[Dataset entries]
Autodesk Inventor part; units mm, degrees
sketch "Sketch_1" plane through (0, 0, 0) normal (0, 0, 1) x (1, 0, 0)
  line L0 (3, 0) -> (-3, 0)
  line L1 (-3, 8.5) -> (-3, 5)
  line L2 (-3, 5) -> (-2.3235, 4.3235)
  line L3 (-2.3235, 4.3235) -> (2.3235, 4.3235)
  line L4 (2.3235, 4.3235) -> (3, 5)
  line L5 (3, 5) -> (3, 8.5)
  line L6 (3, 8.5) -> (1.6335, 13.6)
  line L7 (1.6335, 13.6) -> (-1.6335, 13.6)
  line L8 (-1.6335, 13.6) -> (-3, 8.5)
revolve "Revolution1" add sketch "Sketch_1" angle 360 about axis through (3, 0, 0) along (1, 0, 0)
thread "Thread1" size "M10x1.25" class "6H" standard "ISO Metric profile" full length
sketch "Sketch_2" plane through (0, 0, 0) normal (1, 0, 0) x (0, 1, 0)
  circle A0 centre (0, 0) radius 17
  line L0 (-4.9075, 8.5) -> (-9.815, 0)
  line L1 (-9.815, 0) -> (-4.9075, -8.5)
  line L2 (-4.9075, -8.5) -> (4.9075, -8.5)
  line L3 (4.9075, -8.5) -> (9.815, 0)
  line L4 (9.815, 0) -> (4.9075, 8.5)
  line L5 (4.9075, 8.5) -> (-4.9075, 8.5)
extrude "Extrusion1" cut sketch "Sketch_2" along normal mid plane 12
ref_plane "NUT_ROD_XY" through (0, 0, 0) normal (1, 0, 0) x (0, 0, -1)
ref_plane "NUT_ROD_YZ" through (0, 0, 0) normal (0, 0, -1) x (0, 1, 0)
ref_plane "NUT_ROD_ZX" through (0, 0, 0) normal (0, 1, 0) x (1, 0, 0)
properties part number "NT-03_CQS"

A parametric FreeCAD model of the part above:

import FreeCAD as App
import Part
import Sketcher
from FreeCAD import Vector
Q = App.Units.Quantity

doc = App.newDocument("Part")
body = doc.addObject("PartDesign::Body", "Body")

# Sketch on XY plane
sketch1 = body.newObject("Sketcher::SketchObject", "Sketch")
sketch1.AttachmentSupport = (doc.getObject("XY_Plane"), [""])
sketch1.MapMode = "FlatFace"
sketch1.addGeometry([
    Part.LineSegment(Vector(-1.6, 13.6, 0), Vector(-3, 8.5, 0)),  # 0
    Part.LineSegment(Vector(-3, 8.5, 0), Vector(-3, 5, 0)),  # 1
    Part.LineSegment(Vector(-3, 5, 0), Vector(-2.3, 4.3, 0)),  # 2
    Part.LineSegment(Vector(-2.3, 4.3, 0), Vector(2.3, 4.3, 0)),  # 3
    Part.LineSegment(Vector(2.3, 4.3, 0), Vector(3, 5, 0)),  # 4
    Part.LineSegment(Vector(3, 5, 0), Vector(3, 8.5, 0)),  # 5
    Part.LineSegment(Vector(3, 8.5, 0), Vector(1.6, 13.6, 0)),  # 6
    Part.LineSegment(Vector(1.6, 13.6, 0), Vector(-1.6, 13.6, 0)),  # 7
], False)
sketch1.addConstraint([
    Sketcher.Constraint("Coincident", 0, 2, 1, 1),
    Sketcher.Constraint("Coincident", 1, 2, 2, 1),
    Sketcher.Constraint("Coincident", 2, 2, 3, 1),
    Sketcher.Constraint("Coincident", 3, 2, 4, 1),
    Sketcher.Constraint("Coincident", 4, 2, 5, 1),
    Sketcher.Constraint("Coincident", 5, 2, 6, 1),
    Sketcher.Constraint("Coincident", 6, 2, 7, 1),
    Sketcher.Constraint("Coincident", 7, 2, 0, 1),
    Sketcher.Constraint("Vertical", 1),
    Sketcher.Constraint("Horizontal", 3),
    Sketcher.Constraint("Vertical", 5),
    Sketcher.Constraint("Horizontal", 7),
    Sketcher.Constraint("Symmetric", 1, 2, 4, 2, -2),
    Sketcher.Constraint("Perpendicular", 2, 4),
    Sketcher.Constraint("Horizontal", 0, 2, 5, 2),
    Sketcher.Constraint("Equal", 2, 4),
    Sketcher.Constraint("Equal", 0, 6),
    Sketcher.Constraint("Angle", 0, Q("-104.9996 deg")),
    Sketcher.Constraint("DistanceY", 1, 2, 1, 1, Q("3.5 mm")),
    Sketcher.Constraint("DistanceX", 0, 2, -1, 1, Q("3 mm")),
    Sketcher.Constraint("DistanceY", -1, 1, 1, 2, Q("5 mm")),
    Sketcher.Constraint("DistanceY", -1, 1, 6, 2, Q("13.6 mm")),
    Sketcher.Constraint("DistanceX", 3, 1, 3, 2, Q("4.647 mm")),
])
revolution = body.newObject("PartDesign::Revolution", "Revolution")
revolution.Profile = sketch1
revolution.ReferenceAxis = (sketch1, ["H_Axis"])
revolution.Angle = 360

# Sketch on YZ plane
sketch2 = body.newObject("Sketcher::SketchObject", "Sketch001")
sketch2.AttachmentSupport = (doc.getObject("YZ_Plane"), [""])
sketch2.MapMode = "FlatFace"
sketch2.addGeometry([
    Part.Circle(Vector(0, 0, 0), Vector(0, 0, 1), 17),  # 0
    Part.LineSegment(Vector(-10, 0, 0), Vector(-5, 8, 0)),  # 1
    Part.LineSegment(Vector(-5, 8, 0), Vector(5, 8, 0)),  # 2
    Part.LineSegment(Vector(5, 8, 0), Vector(10, 0, 0)),  # 3
    Part.LineSegment(Vector(10, 0, 0), Vector(5, -8, 0)),  # 4
    Part.LineSegment(Vector(5, -8, 0), Vector(-5, -8, 0)),  # 5
    Part.LineSegment(Vector(-5, -8, 0), Vector(-10, 0, 0)),  # 6
], False)
sketch2.addConstraint([
    Sketcher.Constraint("Coincident", 1, 2, 2, 1),
    Sketcher.Constraint("Coincident", 2, 2, 3, 1),
    Sketcher.Constraint("Coincident", 3, 2, 4, 1),
    Sketcher.Constraint("Coincident", 4, 2, 5, 1),
    Sketcher.Constraint("Coincident", 5, 2, 6, 1),
    Sketcher.Constraint("Coincident", 6, 2, 1, 1),
    Sketcher.Constraint("Horizontal", 2),
    Sketcher.Constraint("Horizontal", 5),
    Sketcher.Constraint("Coincident", 0, 3, -1, 1),
    Sketcher.Constraint("Symmetric", 1, 2, 4, 2, -1, 1),
    Sketcher.Constraint("Symmetric", 3, 2, 6, 2, -1, 1),
    Sketcher.Constraint("PointOnObject", 3, 2, -1),
    Sketcher.Constraint("Parallel", 3, 6),
    Sketcher.Constraint("Vertical", 2, 2, 4, 2),
    Sketcher.Constraint("Diameter", 0, Q("34 mm")),
    Sketcher.Constraint("Angle", 1, Q("60 deg")),
    Sketcher.Constraint("DistanceY", 4, 2, 2, 2, Q("17 mm")),
    Sketcher.Constraint("DistanceX", 2, 1, 2, 2, Q("9.815 mm")),
])
pocket1 = body.newObject("PartDesign::Pocket", "Pocket")
pocket1.Profile = sketch2
pocket1.Length = 12
pocket1.Midplane = True

doc.recompute()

Assignment → Beginning at the line with "line L5 (3, 5) -> (3, 8.5)" and stopping after the line with "properties part number", please write out every line of the data above exactly and nothing else.

Response to the exercise →
  line L5 (3, 5) -> (3, 8.5)
  line L6 (3, 8.5) -> (1.6335, 13.6)
  line L7 (1.6335, 13.6) -> (-1.6335, 13.6)
  line L8 (-1.6335, 13.6) -> (-3, 8.5)
revolve "Revolution1" add sketch "Sketch_1" angle 360 about axis through (3, 0, 0) along (1, 0, 0)
thread "Thread1" size "M10x1.25" class "6H" standard "ISO Metric profile" full length
sketch "Sketch_2" plane through (0, 0, 0) normal (1, 0, 0) x (0, 1, 0)
  circle A0 centre (0, 0) radius 17
  line L0 (-4.9075, 8.5) -> (-9.815, 0)
  line L1 (-9.815, 0) -> (-4.9075, -8.5)
  line L2 (-4.9075, -8.5) -> (4.9075, -8.5)
  line L3 (4.9075, -8.5) -> (9.815, 0)
  line L4 (9.815, 0) -> (4.9075, 8.5)
  line L5 (4.9075, 8.5) -> (-4.9075, 8.5)
extrude "Extrusion1" cut sketch "Sketch_2" along normal mid plane 12
ref_plane "NUT_ROD_XY" through (0, 0, 0) normal (1, 0, 0) x (0, 0, -1)
ref_plane "NUT_ROD_YZ" through (0, 0, 0) normal (0, 0, -1) x (0, 1, 0)
ref_plane "NUT_ROD_ZX" through (0, 0, 0) normal (0, 1, 0) x (1, 0, 0)
properties part number "NT-03_CQS"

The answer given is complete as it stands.